/PTD-CCA

Tensor Canonical Correlation Analysis (TCCA) via penalised tensor decomposition

Primary LanguageMATLAB

PTD-CCA: Sparse Tensor Canonical Correlation Analysis (STCCA) via penalised tensor decomposition

PTD-CCA is an unsupervised dimensionality reduction method for 2 or more views/data modalities. The algorithm is a straightforward extension of the penalised matrix decomposition CCA (PMD-CCA) proposed by Witten et al. (2009) to more than 2 views and maximises the "higher-order covariance" between the linear projections X_m*w_m where each X_m is data matrix and w_m a vector of coefficients.
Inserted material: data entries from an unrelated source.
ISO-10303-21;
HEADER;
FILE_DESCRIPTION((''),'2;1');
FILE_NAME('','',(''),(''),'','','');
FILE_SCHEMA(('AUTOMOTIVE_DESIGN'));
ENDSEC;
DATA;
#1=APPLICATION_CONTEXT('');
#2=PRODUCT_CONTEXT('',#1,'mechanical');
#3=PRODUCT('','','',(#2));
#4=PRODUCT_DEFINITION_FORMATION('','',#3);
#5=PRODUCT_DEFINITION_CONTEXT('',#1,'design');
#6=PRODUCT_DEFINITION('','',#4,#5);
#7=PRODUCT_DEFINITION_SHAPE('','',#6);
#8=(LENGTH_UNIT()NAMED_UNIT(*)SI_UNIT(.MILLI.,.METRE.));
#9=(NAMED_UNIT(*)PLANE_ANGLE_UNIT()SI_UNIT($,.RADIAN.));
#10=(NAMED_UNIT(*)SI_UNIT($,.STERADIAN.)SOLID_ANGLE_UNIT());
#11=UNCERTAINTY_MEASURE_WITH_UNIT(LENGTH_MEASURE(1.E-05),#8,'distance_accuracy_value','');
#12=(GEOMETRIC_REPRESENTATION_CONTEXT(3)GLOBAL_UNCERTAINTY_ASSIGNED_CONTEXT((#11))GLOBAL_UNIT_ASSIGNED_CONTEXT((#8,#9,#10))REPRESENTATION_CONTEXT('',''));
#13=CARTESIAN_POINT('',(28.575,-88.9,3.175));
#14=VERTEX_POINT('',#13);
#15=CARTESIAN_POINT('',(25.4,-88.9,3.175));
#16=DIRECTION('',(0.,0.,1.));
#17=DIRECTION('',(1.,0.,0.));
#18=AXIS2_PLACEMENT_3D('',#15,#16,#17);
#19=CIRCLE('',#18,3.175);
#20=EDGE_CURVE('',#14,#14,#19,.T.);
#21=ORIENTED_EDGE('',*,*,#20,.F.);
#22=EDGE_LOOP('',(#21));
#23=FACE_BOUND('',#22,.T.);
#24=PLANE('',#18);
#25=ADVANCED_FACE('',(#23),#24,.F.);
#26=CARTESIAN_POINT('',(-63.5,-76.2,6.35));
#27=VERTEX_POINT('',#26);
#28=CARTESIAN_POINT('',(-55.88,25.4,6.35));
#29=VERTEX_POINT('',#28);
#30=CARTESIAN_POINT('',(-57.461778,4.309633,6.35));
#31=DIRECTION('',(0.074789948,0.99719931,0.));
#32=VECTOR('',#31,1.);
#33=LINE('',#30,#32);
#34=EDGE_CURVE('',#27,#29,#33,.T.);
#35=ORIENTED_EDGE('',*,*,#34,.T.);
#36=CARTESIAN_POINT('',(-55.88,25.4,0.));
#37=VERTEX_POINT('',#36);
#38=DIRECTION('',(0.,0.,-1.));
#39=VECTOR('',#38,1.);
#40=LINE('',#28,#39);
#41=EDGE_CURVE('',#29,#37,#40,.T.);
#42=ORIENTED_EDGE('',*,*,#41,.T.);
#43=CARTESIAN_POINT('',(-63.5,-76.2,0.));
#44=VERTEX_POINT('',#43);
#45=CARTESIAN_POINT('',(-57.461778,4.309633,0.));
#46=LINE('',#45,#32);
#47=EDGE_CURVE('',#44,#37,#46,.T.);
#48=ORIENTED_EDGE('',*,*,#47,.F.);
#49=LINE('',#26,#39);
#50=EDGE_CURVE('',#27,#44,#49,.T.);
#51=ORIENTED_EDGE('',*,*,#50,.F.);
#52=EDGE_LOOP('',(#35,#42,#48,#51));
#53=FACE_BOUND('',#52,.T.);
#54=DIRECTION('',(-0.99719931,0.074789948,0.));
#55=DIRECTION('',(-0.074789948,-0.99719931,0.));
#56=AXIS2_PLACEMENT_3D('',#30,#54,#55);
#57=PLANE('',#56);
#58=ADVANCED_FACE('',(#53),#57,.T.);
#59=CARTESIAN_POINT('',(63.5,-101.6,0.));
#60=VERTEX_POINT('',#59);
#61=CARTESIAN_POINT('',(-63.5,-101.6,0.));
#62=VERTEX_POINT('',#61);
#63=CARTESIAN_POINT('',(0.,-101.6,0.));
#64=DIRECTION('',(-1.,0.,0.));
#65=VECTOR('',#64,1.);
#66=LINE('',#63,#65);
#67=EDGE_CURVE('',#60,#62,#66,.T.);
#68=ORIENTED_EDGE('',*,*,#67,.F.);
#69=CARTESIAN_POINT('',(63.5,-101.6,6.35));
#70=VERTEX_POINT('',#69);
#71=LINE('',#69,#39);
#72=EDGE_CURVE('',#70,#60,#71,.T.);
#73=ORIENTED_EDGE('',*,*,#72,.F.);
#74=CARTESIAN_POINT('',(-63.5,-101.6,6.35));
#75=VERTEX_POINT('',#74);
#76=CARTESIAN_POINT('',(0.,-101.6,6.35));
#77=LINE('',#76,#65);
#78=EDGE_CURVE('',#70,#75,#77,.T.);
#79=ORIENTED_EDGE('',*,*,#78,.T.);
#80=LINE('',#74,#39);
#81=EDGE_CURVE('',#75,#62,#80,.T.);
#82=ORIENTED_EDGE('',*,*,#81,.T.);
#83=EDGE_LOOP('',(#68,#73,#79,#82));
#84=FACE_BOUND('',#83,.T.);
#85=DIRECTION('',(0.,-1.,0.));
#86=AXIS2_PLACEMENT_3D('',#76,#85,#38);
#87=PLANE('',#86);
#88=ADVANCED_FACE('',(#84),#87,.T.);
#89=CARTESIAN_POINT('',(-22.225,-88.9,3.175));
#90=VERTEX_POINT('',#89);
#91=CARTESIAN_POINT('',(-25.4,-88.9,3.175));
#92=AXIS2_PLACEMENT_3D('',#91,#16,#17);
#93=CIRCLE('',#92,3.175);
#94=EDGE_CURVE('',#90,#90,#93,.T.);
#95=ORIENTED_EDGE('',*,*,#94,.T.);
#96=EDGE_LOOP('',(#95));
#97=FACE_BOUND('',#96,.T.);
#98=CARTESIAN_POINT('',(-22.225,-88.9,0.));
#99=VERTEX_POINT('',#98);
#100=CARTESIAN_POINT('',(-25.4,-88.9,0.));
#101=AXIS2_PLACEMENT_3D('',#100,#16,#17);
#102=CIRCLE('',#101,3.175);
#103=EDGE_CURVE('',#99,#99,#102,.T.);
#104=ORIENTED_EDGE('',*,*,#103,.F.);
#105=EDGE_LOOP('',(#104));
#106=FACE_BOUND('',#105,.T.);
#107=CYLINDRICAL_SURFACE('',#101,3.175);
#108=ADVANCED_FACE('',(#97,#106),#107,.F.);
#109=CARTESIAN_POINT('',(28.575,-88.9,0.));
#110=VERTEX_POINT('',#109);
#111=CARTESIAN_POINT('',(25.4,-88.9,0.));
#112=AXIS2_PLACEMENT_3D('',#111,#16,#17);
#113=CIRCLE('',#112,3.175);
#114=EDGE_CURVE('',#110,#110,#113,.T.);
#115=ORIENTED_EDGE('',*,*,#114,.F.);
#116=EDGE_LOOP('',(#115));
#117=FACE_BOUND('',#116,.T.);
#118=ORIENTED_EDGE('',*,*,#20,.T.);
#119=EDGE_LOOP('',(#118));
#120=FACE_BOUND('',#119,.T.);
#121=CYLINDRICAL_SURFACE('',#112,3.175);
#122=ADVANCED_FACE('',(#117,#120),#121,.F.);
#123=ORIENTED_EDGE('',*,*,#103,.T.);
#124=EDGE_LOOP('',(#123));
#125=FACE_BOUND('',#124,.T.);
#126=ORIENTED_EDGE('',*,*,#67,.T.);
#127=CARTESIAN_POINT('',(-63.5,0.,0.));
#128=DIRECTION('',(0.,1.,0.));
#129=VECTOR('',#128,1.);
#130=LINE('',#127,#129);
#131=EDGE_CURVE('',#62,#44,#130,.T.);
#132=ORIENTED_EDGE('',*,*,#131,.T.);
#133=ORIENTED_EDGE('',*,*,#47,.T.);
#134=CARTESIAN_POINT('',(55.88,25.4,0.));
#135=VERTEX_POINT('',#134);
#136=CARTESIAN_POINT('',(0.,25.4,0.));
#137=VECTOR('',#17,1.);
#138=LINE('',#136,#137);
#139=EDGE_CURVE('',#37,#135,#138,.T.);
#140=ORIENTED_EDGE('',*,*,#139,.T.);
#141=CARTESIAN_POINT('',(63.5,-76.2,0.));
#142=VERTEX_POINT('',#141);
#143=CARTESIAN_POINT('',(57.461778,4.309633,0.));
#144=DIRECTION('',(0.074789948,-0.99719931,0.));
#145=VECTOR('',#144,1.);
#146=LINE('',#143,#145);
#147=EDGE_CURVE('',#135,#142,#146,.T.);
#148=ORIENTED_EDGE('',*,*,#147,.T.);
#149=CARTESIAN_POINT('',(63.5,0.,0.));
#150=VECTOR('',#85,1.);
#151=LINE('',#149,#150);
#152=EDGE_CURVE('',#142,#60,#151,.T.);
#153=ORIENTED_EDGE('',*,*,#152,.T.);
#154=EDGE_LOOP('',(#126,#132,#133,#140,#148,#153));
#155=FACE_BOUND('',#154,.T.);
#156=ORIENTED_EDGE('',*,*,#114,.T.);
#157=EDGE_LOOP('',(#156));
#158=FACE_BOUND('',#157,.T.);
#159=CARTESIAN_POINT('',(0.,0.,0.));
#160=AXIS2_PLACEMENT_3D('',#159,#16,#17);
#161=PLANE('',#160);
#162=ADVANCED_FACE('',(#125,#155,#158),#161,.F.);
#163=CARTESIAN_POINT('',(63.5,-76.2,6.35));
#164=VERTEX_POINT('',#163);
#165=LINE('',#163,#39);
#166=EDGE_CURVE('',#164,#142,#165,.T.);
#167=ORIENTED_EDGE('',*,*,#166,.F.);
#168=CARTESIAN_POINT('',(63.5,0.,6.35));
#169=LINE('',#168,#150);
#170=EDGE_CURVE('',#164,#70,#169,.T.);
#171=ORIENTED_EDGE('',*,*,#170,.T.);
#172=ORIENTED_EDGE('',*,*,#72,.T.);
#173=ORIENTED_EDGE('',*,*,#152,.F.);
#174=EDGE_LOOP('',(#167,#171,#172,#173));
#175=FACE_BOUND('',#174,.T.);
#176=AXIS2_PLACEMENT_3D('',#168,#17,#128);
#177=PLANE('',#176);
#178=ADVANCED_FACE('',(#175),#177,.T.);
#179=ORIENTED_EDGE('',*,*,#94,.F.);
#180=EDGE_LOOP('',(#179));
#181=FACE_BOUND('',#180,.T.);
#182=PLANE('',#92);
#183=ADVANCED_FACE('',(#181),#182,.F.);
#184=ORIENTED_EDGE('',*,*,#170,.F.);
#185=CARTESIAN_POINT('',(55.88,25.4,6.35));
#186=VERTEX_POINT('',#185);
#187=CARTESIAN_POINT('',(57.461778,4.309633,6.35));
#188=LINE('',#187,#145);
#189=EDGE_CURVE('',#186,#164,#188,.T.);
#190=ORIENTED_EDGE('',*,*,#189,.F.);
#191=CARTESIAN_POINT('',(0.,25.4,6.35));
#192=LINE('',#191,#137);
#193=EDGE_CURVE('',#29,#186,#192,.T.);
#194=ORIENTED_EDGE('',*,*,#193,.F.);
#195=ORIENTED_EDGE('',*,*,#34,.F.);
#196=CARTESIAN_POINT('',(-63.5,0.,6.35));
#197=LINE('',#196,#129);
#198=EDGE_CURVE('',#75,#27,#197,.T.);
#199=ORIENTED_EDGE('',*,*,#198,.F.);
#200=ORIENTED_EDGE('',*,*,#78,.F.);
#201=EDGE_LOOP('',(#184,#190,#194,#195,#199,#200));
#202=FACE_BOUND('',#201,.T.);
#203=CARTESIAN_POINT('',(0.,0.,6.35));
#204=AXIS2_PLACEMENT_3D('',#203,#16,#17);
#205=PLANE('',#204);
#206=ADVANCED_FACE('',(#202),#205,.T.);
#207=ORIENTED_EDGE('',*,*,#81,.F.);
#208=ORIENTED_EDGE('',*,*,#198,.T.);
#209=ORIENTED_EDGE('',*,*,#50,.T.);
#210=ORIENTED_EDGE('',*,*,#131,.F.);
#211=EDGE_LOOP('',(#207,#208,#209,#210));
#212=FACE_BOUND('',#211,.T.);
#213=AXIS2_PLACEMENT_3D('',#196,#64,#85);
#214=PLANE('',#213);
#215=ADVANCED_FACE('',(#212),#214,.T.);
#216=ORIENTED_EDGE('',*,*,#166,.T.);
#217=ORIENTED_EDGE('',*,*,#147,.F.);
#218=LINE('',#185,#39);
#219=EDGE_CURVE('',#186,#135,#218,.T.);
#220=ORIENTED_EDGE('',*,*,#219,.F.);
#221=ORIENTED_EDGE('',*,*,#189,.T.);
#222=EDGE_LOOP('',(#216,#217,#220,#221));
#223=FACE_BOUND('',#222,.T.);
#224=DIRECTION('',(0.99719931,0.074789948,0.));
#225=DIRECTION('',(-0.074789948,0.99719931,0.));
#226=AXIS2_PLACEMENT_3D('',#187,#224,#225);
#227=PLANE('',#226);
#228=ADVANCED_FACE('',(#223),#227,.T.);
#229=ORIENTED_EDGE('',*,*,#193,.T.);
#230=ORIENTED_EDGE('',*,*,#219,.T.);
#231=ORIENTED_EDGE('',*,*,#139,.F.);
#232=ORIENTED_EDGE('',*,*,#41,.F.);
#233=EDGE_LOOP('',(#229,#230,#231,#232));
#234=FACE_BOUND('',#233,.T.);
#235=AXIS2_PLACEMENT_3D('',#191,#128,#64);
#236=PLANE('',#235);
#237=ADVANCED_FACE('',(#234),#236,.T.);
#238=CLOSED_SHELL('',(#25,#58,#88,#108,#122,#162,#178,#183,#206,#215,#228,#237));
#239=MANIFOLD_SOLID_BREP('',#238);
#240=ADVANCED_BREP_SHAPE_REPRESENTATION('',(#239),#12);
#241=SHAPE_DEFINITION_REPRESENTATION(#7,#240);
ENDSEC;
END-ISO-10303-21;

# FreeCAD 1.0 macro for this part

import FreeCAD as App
import Part
import Sketcher
from FreeCAD import Vector
Q = App.Units.Quantity

doc = App.newDocument("Part")
params = doc.addObject("Spreadsheet::Sheet", "Params")
for row, (alias, value) in enumerate([
    ("sketch1_width", "5 in"),
    ("sketch1_height", "1 in"),
    ("sketch1_width2", "4.4 in"),
    ("pad1_length", "0.25 in"),
    ("sketch2_diameter", "0.25 in"),
    ("pocket1_length", "0.125 in"),
], start=1):
    params.set(f"A{row}", alias)
    params.set(f"B{row}", "=" + value)
    params.setAlias(f"B{row}", alias)

body = doc.addObject("PartDesign::Body", "Body")

sketch1 = body.newObject("Sketcher::SketchObject", "Sketch")
sketch1.AttachmentSupport = (doc.getObject("XY_Plane"), [""])
sketch1.MapMode = "FlatFace"
sketch1.addGeometry([
    Part.LineSegment(Vector(64, -76, 0), Vector(56, 25, 0)),
    Part.LineSegment(Vector(56, 25, 0), Vector(-56, 25, 0)),
    Part.LineSegment(Vector(-56, 25, 0), Vector(-64, -76, 0)),
    Part.LineSegment(Vector(-64, -76, 0), Vector(-64, -102, 0)),
    Part.LineSegment(Vector(-64, -102, 0), Vector(64, -102, 0)),
    Part.LineSegment(Vector(64, -102, 0), Vector(64, -76, 0)),
], False)
sketch1.addConstraint([
    Sketcher.Constraint("Coincident", 0, 2, 1, 1),
    Sketcher.Constraint("Coincident", 1, 2, 2, 1),
    Sketcher.Constraint("Coincident", 2, 2, 3, 1),
    Sketcher.Constraint("Coincident", 3, 2, 4, 1),
    Sketcher.Constraint("Coincident", 4, 2, 5, 1),
    Sketcher.Constraint("Coincident", 5, 2, 0, 1),
    Sketcher.Constraint("Horizontal", 1),
    Sketcher.Constraint("Vertical", 3),
    Sketcher.Constraint("Horizontal", 4),
    Sketcher.Constraint("Vertical", 5),
    Sketcher.Constraint("Symmetric", 2, 2, 5, 2, -2),
    Sketcher.Constraint("Equal", 0, 2),
    Sketcher.Constraint("DistanceX", 4, 1, 4, 2, Q("5 in")),
    Sketcher.Constraint("DistanceY", 3, 2, 3, 1, Q("1 in")),
    Sketcher.Constraint("DistanceX", 1, 2, 1, 1, Q("4.4 in")),
    Sketcher.Constraint("DistanceY", -1, 1, 0, 2, Q("1 in")),
    Sketcher.Constraint("DistanceY", 2, 2, -1, 1, Q("3 in")),
])
sketch1.setExpression("Constraints[12]", "Params.sketch1_width")
sketch1.setExpression("Constraints[13]", "Params.sketch1_height")
sketch1.setExpression("Constraints[14]", "Params.sketch1_width2")
pad1 = body.newObject("PartDesign::Pad", "Pad")
pad1.Profile = sketch1
pad1.setExpression("Length", "Params.pad1_length")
It reduces to PMD-CCA if there are just 2 views.

EXAMPLE

Set up some synthetic data

a = [ones(20,1); -ones(20,1); zeros(60,1)];
b = [zeros(60,1); -ones(20,1); ones(20,1)];
c = [ones(20,1); zeros(60,1); -ones(20,1)];
d = [-ones(10,1); ones(10,1); zeros(60,1); -ones(10,1); ones(10,1)];
Z = rand(100,4); Z = Z./sum(Z,2);
X1 = normrnd(Z(:,1)*a',0.1);
X2 = normrnd(Z(:,2)*b',0.1);
X3 = normrnd(Z(:,3)*c',0.1);
X4 = normrnd(Z(:,4)*d',0.1);
X = {X1;X2;X3;X4};

Run PTDCCA with "intermediate" sparsity and compare the model to the ground truth.

W = PTDCCA(X,0.5);
wtrue = [a,b,c,d];
figure
for m=1:4
    subplot(2,4,m);bar(wtrue(:,m));title(sprintf('True w_%d',m))
    xlabel('variable');ylabel('coefficient')
    subplot(2,4,4+m);bar(W{m});title(sprintf('Inferred w_%d',m))
end

Sparsity can also be set for each view separately:

c = [0.05,0.25,0.75,1];
W = PTDCCA(X,c);
for m=1:4
    subplot(1,4,m);bar(W{m});title(sprintf('c = %.2f',c(m)))
    xlabel('variable');ylabel('coefficient')
end

To calculate multiple canonical variable tuples, use the name-value input D

W = PTDCCA(X,0.5,'D',3);

If you've ran the examples above, you may have noticed the function takes some time to return. Most of the running time is in fact spent calculating the cross-covariance tensor which is used to initialise the algorithm. This can be avoided by using a random initialisation instead:

W = PTDCCA(X,0.5,'initType','random');

The covariance tensor also takes up a lot of memory, and if the dimensions of the data are high enough, might exceed the largest allowed array size. If this happens, PTDCCA defaults to the random initialisation.

References

Witten, Daniela M., Robert Tibshirani, and Trevor Hastie. "A penalized matrix decomposition, with applications to sparse principal components and canonical correlation analysis." Biostatistics 10.3 (2009): 515-534.